### WHAT IS REQUIRED
Repeat the records below line by line, exactly, finishing on the line that contains "v -72.844 104.032 6.35".

### DATASET ENTRIES
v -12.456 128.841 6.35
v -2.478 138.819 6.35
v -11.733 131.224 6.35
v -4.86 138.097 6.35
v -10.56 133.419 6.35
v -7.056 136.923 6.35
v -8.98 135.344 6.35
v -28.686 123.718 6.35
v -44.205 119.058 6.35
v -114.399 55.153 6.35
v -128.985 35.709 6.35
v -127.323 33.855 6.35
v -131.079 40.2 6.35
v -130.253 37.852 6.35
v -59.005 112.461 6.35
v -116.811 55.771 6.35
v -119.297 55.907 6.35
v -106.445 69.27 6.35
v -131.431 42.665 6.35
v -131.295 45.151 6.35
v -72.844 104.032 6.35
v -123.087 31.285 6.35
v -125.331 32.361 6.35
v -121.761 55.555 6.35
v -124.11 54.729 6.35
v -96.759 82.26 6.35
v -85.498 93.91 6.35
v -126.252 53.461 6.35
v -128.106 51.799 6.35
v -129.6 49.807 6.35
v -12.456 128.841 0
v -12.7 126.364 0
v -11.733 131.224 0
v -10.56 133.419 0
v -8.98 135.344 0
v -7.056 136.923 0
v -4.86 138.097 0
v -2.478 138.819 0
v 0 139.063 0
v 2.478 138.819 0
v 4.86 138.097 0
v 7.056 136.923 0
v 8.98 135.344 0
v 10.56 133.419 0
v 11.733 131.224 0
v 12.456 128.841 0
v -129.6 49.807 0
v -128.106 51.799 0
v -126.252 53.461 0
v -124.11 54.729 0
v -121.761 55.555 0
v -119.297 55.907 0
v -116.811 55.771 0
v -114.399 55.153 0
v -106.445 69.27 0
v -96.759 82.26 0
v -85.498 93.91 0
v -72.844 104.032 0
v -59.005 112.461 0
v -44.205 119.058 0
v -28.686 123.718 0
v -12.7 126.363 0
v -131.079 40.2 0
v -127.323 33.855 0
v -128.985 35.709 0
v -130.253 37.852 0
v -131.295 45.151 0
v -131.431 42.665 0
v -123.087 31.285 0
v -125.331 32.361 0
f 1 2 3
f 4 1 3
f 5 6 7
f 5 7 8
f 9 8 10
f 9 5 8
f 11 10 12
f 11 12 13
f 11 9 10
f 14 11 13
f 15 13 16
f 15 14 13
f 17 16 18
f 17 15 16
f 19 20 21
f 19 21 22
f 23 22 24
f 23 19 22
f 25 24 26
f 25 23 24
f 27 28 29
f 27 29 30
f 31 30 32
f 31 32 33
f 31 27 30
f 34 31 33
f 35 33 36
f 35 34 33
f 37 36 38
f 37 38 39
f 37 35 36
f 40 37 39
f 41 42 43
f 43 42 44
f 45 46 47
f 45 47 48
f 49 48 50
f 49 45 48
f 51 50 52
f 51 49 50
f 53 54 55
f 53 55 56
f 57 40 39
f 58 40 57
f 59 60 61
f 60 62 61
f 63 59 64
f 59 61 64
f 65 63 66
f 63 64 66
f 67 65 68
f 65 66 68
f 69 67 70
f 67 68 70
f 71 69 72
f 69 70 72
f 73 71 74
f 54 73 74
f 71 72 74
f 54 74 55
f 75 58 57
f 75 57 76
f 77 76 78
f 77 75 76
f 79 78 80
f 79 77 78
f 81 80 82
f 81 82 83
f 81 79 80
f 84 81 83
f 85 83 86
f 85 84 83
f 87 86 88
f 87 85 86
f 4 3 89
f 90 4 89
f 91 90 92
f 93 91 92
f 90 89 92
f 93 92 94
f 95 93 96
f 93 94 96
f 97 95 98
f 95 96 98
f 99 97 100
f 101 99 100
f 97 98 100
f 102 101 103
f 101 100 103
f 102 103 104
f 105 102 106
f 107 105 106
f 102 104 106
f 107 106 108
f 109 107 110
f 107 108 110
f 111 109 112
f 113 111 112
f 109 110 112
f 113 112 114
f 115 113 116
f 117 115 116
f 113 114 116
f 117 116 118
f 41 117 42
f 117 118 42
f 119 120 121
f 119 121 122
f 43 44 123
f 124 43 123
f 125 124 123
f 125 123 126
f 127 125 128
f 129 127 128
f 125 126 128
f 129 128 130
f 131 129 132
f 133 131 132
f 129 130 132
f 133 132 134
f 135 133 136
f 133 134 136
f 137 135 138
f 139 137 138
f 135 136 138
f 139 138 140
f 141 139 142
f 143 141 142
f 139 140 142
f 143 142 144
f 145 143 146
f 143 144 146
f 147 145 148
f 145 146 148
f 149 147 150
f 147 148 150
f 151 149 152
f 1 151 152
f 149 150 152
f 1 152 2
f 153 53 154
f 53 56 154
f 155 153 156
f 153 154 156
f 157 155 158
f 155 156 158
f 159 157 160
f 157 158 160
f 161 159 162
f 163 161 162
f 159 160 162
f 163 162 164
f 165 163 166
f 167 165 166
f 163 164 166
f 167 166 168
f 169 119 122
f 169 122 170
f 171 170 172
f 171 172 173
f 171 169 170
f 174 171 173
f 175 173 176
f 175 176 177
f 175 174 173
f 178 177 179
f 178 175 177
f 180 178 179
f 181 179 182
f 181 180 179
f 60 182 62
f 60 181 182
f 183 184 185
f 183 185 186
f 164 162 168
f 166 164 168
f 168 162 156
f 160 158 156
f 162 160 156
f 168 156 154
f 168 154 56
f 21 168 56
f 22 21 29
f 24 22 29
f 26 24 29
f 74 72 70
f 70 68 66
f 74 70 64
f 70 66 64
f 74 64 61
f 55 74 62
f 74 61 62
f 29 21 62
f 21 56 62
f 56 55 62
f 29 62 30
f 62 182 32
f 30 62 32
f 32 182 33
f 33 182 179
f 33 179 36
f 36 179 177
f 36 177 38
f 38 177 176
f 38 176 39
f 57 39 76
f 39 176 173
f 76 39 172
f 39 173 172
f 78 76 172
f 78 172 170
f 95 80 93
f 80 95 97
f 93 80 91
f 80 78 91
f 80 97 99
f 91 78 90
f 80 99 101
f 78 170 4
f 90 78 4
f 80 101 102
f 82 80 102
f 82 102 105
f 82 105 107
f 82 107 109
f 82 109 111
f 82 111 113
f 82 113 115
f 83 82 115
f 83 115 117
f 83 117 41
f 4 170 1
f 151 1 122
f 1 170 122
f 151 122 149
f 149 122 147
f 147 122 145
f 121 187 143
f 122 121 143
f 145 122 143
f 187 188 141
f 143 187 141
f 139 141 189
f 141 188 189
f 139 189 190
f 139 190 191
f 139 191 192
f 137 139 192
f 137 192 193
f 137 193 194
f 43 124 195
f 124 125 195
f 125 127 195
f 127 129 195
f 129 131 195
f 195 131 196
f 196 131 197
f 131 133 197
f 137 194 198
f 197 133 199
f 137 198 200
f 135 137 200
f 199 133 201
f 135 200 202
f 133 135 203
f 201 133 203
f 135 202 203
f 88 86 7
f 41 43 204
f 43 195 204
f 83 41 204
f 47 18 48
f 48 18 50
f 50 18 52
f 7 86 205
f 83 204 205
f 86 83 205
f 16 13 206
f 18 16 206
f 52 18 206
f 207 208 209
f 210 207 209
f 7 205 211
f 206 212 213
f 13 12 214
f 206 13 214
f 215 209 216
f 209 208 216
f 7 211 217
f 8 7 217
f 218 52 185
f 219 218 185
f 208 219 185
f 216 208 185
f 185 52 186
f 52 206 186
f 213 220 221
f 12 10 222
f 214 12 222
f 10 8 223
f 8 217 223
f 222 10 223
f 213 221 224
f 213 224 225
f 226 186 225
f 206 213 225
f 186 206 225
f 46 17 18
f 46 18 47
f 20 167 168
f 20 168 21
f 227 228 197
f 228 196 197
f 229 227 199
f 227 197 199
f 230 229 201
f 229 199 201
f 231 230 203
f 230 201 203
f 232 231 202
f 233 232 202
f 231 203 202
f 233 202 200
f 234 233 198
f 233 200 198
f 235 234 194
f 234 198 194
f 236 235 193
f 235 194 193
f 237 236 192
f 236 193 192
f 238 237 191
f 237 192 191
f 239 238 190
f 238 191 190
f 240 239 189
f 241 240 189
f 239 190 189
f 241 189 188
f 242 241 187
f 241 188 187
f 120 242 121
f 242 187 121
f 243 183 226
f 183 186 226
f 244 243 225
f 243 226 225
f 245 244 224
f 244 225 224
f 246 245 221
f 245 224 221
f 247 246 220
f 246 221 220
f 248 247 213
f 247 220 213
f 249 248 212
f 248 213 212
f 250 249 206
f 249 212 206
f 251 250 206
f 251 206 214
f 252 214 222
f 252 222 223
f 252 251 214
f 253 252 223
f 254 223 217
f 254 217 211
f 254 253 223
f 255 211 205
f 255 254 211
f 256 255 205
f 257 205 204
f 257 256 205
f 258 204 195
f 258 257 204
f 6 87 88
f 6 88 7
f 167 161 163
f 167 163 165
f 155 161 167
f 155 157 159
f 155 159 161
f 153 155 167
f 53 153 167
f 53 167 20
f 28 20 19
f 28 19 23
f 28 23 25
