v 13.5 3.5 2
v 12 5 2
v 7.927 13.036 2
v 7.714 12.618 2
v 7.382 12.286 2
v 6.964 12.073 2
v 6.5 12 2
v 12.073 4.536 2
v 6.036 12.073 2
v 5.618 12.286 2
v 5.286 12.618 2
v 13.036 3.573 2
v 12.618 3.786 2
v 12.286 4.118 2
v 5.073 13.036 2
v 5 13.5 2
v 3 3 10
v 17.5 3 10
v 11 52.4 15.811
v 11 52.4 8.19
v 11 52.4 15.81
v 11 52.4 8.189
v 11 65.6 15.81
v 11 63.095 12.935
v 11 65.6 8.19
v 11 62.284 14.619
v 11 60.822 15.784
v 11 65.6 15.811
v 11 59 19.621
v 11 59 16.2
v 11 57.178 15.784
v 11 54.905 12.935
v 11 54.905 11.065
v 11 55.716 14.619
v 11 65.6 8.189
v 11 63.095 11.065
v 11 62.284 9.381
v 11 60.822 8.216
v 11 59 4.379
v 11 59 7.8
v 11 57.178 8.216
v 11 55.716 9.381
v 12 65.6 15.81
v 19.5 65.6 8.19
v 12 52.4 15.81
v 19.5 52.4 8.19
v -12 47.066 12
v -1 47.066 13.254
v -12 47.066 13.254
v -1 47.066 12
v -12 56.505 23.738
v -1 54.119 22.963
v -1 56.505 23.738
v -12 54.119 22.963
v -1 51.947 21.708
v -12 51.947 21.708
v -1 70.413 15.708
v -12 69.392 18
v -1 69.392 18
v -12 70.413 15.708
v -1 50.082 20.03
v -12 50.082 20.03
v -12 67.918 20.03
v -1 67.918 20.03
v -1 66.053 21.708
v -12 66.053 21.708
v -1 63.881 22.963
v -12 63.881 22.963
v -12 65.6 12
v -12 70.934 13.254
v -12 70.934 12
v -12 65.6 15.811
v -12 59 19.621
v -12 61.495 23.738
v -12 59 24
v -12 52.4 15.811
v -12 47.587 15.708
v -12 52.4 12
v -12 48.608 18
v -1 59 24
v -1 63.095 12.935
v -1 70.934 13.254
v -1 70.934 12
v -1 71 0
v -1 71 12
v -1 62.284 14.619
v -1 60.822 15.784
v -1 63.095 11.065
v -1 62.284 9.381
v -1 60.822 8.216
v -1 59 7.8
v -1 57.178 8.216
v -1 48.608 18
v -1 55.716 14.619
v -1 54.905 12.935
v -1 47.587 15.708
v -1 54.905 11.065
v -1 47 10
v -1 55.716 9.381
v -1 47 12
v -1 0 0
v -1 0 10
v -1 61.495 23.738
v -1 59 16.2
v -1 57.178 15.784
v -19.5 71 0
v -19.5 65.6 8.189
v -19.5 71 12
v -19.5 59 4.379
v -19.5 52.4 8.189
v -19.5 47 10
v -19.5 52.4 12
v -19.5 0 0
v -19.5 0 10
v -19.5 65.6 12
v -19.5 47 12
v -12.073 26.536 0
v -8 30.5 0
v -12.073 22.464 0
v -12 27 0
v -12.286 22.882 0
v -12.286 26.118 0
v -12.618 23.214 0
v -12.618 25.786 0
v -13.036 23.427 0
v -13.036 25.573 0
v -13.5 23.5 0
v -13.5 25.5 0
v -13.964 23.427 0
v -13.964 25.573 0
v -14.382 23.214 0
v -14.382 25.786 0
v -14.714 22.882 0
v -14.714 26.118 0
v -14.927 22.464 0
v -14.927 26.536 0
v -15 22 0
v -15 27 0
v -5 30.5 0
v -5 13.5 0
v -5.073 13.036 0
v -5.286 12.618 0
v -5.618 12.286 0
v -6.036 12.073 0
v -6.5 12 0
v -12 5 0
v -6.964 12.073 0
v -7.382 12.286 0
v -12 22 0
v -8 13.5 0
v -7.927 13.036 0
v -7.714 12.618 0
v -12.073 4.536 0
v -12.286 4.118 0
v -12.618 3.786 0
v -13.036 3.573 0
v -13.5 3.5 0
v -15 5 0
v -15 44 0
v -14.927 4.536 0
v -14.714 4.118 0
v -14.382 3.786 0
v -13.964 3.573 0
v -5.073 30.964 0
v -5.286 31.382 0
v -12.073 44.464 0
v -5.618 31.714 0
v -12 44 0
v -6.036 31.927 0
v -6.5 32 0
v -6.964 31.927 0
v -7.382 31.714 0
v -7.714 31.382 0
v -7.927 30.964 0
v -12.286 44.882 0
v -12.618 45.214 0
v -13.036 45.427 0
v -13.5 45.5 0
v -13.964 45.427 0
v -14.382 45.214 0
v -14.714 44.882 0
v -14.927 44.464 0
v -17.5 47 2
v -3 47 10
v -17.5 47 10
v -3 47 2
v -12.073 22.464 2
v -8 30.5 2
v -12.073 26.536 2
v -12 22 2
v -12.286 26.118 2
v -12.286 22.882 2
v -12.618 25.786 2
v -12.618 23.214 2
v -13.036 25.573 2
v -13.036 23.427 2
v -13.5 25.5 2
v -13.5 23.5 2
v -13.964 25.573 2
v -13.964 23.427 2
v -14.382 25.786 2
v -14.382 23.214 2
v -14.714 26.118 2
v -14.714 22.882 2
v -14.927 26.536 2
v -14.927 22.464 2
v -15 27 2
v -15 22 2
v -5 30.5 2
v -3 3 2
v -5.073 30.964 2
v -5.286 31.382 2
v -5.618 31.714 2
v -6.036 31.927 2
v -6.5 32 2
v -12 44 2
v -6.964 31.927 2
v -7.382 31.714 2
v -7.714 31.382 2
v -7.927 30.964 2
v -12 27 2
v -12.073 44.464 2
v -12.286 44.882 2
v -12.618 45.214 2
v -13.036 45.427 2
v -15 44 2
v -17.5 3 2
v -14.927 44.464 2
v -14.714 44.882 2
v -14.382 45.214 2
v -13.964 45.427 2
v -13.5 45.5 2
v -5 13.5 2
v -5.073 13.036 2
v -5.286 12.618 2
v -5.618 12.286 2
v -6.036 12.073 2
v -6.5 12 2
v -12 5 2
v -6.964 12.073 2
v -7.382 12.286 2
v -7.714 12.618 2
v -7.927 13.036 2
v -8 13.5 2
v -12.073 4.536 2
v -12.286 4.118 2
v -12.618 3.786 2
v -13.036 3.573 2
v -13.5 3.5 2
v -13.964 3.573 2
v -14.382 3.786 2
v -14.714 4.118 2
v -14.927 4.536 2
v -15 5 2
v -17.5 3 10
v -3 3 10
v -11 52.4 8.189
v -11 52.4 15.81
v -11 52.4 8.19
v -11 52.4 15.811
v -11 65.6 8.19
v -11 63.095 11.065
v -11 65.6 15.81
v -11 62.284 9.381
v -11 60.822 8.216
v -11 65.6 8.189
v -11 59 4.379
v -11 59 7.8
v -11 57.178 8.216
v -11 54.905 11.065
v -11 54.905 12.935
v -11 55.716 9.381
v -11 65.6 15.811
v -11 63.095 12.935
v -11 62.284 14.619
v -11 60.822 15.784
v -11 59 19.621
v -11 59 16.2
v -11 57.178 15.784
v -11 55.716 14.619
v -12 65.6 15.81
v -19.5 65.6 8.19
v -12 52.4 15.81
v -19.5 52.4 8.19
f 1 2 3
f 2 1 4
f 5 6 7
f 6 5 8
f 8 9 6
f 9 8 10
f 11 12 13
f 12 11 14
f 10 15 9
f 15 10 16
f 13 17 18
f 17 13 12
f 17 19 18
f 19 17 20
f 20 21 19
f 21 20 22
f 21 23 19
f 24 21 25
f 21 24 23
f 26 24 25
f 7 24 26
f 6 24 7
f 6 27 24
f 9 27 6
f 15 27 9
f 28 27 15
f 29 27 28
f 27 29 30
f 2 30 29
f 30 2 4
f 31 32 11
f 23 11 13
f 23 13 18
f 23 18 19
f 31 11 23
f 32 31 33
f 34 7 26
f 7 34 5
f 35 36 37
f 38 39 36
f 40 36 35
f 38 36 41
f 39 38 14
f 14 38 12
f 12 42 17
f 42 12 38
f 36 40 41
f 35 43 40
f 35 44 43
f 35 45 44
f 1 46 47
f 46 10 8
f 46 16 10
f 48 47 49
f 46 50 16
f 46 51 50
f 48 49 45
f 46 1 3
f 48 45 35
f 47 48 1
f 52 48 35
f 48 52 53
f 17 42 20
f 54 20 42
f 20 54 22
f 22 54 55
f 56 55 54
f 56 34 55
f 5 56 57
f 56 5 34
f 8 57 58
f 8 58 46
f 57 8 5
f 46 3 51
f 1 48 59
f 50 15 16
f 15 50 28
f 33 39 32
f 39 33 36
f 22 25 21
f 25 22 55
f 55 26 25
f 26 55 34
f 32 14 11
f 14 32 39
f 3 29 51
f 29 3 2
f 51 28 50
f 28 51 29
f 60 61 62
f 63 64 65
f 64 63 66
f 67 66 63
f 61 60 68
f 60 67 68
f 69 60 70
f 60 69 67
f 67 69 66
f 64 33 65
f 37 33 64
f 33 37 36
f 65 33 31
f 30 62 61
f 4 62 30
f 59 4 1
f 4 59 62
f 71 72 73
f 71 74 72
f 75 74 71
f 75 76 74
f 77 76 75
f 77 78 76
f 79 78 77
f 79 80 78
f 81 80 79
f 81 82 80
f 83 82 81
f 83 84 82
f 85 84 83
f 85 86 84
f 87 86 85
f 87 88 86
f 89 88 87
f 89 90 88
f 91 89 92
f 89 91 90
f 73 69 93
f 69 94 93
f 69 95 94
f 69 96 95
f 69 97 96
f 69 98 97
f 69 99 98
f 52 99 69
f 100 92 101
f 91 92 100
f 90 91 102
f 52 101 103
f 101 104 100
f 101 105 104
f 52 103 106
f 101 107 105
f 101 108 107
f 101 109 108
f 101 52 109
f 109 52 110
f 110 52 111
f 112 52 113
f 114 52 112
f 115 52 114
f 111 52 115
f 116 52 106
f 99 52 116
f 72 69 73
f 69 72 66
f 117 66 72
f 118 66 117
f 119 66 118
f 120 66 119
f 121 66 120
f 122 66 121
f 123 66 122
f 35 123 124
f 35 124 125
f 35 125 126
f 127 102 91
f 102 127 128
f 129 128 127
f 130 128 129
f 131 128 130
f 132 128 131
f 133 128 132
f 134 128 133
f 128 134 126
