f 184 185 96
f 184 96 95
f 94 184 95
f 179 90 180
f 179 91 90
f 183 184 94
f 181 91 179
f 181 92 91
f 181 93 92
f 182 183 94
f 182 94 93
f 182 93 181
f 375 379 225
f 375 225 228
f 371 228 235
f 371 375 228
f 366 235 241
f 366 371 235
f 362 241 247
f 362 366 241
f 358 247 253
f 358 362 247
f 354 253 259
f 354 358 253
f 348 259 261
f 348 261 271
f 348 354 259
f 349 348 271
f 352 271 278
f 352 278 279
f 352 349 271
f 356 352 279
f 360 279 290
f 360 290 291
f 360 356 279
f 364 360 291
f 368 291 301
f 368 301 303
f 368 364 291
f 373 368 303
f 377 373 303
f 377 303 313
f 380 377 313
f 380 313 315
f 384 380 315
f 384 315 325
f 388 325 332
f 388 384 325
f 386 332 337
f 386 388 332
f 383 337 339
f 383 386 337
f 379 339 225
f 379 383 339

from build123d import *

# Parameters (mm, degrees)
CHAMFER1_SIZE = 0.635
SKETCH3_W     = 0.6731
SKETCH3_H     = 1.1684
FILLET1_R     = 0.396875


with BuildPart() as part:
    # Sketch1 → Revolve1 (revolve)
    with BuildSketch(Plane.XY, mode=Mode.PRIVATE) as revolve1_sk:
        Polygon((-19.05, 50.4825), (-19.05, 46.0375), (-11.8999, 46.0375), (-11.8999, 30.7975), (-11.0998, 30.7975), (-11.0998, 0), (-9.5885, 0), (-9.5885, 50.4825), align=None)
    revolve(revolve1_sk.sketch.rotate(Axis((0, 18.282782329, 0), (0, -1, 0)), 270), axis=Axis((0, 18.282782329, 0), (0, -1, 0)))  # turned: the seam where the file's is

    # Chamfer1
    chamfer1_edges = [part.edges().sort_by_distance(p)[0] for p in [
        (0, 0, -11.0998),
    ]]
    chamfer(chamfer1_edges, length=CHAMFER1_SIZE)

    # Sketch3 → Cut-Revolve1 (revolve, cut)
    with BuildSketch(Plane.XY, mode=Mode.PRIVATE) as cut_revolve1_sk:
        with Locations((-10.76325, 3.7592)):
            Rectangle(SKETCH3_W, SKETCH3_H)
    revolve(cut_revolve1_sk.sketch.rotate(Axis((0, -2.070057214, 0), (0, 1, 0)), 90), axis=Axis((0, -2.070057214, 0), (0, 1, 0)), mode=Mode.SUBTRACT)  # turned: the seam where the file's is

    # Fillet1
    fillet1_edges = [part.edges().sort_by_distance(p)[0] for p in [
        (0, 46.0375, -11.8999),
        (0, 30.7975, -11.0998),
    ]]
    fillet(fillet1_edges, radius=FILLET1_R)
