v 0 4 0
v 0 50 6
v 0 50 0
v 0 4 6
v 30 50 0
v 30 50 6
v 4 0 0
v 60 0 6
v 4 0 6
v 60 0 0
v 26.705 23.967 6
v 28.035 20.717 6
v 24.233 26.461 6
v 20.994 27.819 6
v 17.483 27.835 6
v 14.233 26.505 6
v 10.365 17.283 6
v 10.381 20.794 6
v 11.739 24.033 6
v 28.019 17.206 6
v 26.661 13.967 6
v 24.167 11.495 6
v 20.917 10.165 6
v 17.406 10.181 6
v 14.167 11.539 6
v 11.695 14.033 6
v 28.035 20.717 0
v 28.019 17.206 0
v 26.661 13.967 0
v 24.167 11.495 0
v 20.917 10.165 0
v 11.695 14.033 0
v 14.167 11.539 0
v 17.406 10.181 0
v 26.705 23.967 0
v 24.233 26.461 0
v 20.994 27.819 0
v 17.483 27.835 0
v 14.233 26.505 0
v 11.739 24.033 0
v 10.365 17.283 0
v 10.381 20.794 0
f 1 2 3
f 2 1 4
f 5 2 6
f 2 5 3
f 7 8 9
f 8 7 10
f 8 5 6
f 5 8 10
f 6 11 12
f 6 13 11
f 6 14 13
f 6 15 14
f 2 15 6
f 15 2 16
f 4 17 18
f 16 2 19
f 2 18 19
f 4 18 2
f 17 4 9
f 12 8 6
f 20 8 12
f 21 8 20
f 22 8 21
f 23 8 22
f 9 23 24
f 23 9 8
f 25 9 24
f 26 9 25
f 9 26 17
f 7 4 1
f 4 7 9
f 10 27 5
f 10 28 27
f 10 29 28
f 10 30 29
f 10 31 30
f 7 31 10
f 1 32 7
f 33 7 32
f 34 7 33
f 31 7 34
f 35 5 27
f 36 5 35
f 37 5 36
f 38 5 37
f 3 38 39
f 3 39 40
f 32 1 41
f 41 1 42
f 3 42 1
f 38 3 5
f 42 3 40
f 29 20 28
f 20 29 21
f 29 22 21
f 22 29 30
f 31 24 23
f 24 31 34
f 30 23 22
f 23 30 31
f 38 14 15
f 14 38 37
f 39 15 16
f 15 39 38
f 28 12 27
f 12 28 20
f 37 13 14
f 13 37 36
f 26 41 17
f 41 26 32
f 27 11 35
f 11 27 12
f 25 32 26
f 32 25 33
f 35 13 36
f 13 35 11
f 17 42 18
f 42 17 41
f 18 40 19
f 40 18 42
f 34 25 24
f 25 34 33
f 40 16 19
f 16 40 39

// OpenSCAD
$fn = 32;

// ----------------------------------------------------------------------
// Bracket plate: gusset 60 x 50
// ----------------------------------------------------------------------

// --- parameters (mm) ---
hole_r = 3;               // bolt hole radius
plate_t = 6;              // plate thickness, Z (extrusion height)
gus_a = 60;               // base length
gus_b = 50;               // height
top_x = 30;               // top edge X of the angled cut
light_r = 9;              // lightening hole radius
fit_tol = 0.05;           // declared fit tolerance (prompt contract)
free_tol = 0.2;           // declared free tolerance (prompt contract)

light_d = 2 * light_r;

profile = [[4, 0], [30, 0], [60, 0], [30, 50], [0, 50], [0, 4]];  // primary outline, 6 points, counter clockwise
void_1 = [[28.035, 20.717], [26.705, 23.967], [24.233, 26.461], [20.994, 27.819], [17.483, 27.835], [14.233, 26.505], [11.739, 24.033], [10.381, 20.794], [10.365, 17.283], [11.695, 14.033], [14.167, 11.539], [17.406, 10.181], [20.917, 10.165], [24.167, 11.495], [26.661, 13.967], [28.019, 17.206]];  // lightening hole, 16 points

// --- the one profile operation ---
difference() {
  linear_extrude(height = plate_t) polygon(points = profile);
  translate([0, 0, -1])
    linear_extrude(height = plate_t + 2) polygon(points = void_1);
}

### SOLUTION
v -12.456 128.841 6.35
v -2.478 138.819 6.35
v -11.733 131.224 6.35
v -4.86 138.097 6.35
v -10.56 133.419 6.35
v -7.056 136.923 6.35
v -8.98 135.344 6.35
v -28.686 123.718 6.35
v -44.205 119.058 6.35
v -114.399 55.153 6.35
v -128.985 35.709 6.35
v -127.323 33.855 6.35
v -131.079 40.2 6.35
v -130.253 37.852 6.35
v -59.005 112.461 6.35
v -116.811 55.771 6.35
v -119.297 55.907 6.35
v -106.445 69.27 6.35
v -131.431 42.665 6.35
v -131.295 45.151 6.35
v -72.844 104.032 6.35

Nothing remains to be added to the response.